§ **Exercise**
After locating the line that contains "e25 v21 v17" in the records below, write out exactly that line and each line after it through the one that contains "e35 v31 v30 LINE", and nothing else.
-------- Exercise material
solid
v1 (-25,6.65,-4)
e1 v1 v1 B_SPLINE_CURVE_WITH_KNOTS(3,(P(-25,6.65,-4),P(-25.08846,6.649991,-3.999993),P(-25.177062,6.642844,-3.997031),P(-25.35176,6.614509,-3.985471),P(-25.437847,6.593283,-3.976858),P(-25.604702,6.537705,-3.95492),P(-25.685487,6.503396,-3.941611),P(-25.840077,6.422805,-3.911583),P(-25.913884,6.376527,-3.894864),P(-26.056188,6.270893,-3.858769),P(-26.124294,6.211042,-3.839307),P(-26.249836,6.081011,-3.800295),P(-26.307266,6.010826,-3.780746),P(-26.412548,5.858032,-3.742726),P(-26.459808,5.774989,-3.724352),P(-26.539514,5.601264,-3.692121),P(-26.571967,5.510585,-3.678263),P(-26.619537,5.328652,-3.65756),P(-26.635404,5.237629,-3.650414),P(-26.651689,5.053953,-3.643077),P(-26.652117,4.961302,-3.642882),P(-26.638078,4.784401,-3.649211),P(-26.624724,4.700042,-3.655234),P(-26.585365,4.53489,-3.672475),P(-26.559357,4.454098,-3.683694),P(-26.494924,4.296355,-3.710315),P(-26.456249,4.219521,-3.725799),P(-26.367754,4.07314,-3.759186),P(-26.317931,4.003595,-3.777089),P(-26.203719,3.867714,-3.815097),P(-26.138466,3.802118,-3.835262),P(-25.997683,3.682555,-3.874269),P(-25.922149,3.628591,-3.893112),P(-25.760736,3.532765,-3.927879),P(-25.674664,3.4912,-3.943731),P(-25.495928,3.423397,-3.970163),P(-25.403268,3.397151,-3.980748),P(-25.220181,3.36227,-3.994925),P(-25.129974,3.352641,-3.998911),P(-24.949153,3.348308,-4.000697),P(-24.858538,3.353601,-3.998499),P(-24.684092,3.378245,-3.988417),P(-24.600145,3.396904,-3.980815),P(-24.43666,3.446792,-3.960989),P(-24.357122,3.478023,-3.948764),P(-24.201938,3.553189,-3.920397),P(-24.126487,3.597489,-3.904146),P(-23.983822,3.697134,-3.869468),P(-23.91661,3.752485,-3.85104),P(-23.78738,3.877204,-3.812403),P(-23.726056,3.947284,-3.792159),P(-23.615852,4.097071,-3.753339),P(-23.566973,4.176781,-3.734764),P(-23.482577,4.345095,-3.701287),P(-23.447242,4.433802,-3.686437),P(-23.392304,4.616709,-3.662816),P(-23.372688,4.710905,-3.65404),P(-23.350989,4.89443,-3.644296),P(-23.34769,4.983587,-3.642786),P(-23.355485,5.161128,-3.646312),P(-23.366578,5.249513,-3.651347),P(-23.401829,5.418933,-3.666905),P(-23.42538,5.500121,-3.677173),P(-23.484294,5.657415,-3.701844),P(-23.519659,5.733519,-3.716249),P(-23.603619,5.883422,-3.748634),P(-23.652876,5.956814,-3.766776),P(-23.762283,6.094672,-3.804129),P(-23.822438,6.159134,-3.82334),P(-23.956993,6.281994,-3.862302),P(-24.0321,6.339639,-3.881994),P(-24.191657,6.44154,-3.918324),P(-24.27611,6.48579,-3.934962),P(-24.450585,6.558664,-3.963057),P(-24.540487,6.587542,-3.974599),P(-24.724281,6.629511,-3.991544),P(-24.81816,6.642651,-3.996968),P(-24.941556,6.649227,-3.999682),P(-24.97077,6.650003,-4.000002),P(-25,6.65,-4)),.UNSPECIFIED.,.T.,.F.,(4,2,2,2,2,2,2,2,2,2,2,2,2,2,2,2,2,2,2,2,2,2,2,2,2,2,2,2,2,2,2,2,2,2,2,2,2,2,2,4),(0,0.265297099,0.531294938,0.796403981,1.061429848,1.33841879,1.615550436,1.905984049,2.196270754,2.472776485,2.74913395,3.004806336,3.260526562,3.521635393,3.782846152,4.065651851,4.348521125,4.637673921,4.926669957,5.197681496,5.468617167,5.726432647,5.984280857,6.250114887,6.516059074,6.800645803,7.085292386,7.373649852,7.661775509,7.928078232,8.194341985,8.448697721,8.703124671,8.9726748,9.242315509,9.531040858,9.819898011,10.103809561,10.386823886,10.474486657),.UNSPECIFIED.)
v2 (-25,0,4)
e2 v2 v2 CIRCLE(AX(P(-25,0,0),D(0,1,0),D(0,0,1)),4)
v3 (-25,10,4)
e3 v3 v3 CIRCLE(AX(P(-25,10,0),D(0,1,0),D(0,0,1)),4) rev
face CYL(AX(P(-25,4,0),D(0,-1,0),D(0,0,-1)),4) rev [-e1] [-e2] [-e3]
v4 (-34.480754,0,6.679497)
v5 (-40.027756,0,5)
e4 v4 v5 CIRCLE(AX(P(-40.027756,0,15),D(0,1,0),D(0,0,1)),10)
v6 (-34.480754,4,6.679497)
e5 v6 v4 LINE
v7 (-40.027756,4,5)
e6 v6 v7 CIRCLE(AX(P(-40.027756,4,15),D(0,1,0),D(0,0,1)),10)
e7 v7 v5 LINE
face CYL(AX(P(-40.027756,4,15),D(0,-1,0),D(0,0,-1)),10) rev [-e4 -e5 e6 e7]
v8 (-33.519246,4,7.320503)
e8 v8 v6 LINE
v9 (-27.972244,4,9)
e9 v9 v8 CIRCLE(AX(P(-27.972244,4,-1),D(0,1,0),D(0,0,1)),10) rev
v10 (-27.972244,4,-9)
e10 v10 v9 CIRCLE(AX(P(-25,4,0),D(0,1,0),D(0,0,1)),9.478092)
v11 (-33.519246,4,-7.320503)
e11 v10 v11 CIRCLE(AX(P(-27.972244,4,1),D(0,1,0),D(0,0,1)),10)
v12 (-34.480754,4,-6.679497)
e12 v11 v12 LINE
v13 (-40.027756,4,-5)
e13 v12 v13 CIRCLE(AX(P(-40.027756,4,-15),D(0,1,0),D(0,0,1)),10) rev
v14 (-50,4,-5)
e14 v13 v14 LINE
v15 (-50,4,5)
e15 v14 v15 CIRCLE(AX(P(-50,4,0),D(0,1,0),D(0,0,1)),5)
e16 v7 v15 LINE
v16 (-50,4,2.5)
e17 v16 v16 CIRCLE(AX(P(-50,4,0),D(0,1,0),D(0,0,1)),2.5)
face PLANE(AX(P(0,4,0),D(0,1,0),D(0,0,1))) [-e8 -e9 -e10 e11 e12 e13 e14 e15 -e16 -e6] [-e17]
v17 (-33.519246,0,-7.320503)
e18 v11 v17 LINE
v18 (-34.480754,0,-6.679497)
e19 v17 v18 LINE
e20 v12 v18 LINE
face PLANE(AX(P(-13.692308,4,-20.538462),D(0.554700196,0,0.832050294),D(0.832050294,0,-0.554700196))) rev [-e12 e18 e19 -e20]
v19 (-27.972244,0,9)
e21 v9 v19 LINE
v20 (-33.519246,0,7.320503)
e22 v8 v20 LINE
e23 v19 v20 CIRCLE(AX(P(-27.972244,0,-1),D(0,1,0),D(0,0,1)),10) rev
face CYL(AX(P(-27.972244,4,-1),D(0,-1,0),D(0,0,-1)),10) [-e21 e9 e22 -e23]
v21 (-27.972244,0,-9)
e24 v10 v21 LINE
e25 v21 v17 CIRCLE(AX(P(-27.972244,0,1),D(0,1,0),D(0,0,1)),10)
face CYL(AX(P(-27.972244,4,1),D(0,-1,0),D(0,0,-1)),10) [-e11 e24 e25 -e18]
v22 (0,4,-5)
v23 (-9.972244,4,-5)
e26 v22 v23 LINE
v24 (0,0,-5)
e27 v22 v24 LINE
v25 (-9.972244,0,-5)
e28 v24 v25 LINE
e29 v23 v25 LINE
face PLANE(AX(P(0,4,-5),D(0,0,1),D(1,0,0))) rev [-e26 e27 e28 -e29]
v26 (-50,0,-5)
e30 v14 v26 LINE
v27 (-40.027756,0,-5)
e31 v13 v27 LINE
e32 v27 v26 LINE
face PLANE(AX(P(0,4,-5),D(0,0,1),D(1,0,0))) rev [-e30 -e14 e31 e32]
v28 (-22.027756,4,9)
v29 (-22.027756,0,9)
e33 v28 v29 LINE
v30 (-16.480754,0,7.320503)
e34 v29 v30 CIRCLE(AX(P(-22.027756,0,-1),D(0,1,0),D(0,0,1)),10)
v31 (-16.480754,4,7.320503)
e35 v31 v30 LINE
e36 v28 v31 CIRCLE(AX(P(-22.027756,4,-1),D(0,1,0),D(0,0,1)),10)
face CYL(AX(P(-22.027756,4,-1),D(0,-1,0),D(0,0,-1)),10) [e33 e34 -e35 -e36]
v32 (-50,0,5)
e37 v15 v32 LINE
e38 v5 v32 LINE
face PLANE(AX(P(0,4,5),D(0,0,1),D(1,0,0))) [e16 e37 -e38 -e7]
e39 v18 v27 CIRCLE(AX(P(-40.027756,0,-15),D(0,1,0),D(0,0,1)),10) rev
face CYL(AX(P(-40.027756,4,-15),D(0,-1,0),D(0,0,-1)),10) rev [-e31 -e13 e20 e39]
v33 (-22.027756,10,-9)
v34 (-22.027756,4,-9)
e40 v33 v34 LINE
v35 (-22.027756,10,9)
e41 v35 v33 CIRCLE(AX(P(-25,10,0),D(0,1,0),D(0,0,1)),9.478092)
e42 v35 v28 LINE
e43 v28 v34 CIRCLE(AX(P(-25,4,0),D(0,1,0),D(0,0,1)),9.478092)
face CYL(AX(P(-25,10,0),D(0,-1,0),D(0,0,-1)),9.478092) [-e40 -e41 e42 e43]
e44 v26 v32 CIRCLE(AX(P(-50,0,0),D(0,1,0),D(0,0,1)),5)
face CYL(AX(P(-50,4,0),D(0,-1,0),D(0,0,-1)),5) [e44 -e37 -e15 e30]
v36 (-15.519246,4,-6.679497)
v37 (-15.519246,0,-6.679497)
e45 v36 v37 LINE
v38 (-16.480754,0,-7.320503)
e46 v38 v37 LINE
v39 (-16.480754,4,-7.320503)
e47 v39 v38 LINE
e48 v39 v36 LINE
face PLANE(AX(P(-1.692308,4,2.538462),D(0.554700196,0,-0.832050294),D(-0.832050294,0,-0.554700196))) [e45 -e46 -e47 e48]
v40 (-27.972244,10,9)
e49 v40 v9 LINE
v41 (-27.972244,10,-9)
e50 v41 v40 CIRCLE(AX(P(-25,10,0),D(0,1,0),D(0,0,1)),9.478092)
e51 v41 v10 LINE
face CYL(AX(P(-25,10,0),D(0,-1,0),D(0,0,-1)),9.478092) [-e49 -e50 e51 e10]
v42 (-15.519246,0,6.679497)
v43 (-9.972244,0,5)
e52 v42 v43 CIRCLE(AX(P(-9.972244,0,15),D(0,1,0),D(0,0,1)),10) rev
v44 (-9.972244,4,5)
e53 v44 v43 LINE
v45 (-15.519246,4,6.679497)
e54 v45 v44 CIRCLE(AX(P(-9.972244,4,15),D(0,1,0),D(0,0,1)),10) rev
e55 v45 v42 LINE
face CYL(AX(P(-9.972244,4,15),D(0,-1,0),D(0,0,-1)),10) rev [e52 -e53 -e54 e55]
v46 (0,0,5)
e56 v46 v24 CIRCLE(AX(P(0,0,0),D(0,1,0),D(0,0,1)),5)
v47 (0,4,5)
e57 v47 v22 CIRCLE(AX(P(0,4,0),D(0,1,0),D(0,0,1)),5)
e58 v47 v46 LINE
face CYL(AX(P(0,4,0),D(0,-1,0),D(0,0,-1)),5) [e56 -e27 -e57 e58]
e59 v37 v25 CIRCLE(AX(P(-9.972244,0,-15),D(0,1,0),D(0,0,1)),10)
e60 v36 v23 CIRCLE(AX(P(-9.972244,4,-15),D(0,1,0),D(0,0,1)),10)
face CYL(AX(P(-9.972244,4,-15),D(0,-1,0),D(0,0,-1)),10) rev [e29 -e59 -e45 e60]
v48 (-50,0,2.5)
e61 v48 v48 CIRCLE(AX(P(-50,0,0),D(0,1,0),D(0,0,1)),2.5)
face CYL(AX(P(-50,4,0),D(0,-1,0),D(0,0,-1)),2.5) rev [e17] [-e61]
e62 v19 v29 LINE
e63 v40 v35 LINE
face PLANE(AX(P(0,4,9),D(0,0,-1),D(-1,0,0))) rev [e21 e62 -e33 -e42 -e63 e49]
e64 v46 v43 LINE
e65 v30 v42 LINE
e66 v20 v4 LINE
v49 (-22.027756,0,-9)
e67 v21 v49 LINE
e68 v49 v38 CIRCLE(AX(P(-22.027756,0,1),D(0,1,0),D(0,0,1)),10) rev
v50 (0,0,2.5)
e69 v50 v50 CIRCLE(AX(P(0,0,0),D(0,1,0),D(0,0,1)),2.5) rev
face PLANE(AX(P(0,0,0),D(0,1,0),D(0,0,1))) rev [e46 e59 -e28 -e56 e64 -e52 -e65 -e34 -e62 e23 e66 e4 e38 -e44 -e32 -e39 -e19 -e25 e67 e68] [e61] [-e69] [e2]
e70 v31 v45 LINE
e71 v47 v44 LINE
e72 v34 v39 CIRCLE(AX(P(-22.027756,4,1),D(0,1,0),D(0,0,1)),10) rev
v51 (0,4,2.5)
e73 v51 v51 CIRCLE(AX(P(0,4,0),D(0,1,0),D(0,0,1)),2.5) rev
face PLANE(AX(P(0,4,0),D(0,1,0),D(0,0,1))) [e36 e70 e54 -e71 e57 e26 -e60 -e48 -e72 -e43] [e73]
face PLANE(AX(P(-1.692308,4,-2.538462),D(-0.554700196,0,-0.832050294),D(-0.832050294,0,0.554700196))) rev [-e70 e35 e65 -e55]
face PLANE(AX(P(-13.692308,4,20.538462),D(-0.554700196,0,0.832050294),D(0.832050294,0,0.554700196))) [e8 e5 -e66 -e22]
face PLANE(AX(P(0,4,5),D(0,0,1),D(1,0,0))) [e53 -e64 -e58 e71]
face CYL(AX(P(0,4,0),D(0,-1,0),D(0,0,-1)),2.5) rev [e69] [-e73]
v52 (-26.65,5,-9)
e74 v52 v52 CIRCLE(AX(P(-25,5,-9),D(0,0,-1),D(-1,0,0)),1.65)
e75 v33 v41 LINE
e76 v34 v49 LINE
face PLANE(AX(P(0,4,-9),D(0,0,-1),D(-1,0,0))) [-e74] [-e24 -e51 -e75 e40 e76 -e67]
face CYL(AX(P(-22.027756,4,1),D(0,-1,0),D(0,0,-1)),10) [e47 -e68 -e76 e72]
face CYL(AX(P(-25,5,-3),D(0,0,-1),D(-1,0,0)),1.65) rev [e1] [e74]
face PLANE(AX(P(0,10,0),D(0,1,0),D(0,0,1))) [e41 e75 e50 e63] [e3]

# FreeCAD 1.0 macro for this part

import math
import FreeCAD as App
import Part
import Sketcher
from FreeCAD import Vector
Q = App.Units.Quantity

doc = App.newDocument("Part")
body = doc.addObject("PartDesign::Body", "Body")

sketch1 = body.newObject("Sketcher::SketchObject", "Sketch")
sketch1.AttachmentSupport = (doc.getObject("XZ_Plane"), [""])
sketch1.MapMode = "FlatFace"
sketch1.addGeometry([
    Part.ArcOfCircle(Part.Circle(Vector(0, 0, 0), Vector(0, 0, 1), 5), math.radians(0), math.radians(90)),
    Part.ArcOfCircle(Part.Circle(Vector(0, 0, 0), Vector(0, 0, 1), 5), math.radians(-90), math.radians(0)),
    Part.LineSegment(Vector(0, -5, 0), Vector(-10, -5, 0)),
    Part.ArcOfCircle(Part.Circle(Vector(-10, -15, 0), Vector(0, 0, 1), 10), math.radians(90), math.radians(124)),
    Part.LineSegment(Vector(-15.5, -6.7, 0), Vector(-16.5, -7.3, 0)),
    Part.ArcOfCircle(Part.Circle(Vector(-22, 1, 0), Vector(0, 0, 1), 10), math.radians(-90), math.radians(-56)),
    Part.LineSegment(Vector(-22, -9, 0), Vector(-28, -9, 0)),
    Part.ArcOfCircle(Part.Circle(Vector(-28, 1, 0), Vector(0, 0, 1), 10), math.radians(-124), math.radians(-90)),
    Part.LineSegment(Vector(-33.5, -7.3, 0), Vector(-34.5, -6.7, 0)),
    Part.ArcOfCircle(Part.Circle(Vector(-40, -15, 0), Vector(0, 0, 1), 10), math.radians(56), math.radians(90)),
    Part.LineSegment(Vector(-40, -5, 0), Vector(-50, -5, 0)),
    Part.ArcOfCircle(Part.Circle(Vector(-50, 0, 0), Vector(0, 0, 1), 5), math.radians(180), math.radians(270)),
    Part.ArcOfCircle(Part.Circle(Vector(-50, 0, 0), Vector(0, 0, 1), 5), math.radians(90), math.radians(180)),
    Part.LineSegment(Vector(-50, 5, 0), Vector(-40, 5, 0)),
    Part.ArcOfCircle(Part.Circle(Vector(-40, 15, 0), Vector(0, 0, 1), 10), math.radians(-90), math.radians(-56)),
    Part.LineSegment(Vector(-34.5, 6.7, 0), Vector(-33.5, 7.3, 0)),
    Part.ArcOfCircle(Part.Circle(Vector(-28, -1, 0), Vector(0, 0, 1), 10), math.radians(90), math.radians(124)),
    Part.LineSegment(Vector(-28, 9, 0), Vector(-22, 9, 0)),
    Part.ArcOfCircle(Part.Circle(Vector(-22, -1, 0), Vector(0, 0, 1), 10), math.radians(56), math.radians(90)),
----------------
§ **Result for this exercise**
e25 v21 v17 CIRCLE(AX(P(-27.972244,0,1),D(0,1,0),D(0,0,1)),10)
face CYL(AX(P(-27.972244,4,1),D(0,-1,0),D(0,0,-1)),10) [-e11 e24 e25 -e18]
v22 (0,4,-5)
v23 (-9.972244,4,-5)
e26 v22 v23 LINE
v24 (0,0,-5)
e27 v22 v24 LINE
v25 (-9.972244,0,-5)
e28 v24 v25 LINE
e29 v23 v25 LINE
face PLANE(AX(P(0,4,-5),D(0,0,1),D(1,0,0))) rev [-e26 e27 e28 -e29]
v26 (-50,0,-5)
e30 v14 v26 LINE
v27 (-40.027756,0,-5)
e31 v13 v27 LINE
e32 v27 v26 LINE
face PLANE(AX(P(0,4,-5),D(0,0,1),D(1,0,0))) rev [-e30 -e14 e31 e32]
v28 (-22.027756,4,9)
v29 (-22.027756,0,9)
e33 v28 v29 LINE
v30 (-16.480754,0,7.320503)
e34 v29 v30 CIRCLE(AX(P(-22.027756,0,-1),D(0,1,0),D(0,0,1)),10)
v31 (-16.480754,4,7.320503)
e35 v31 v30 LINE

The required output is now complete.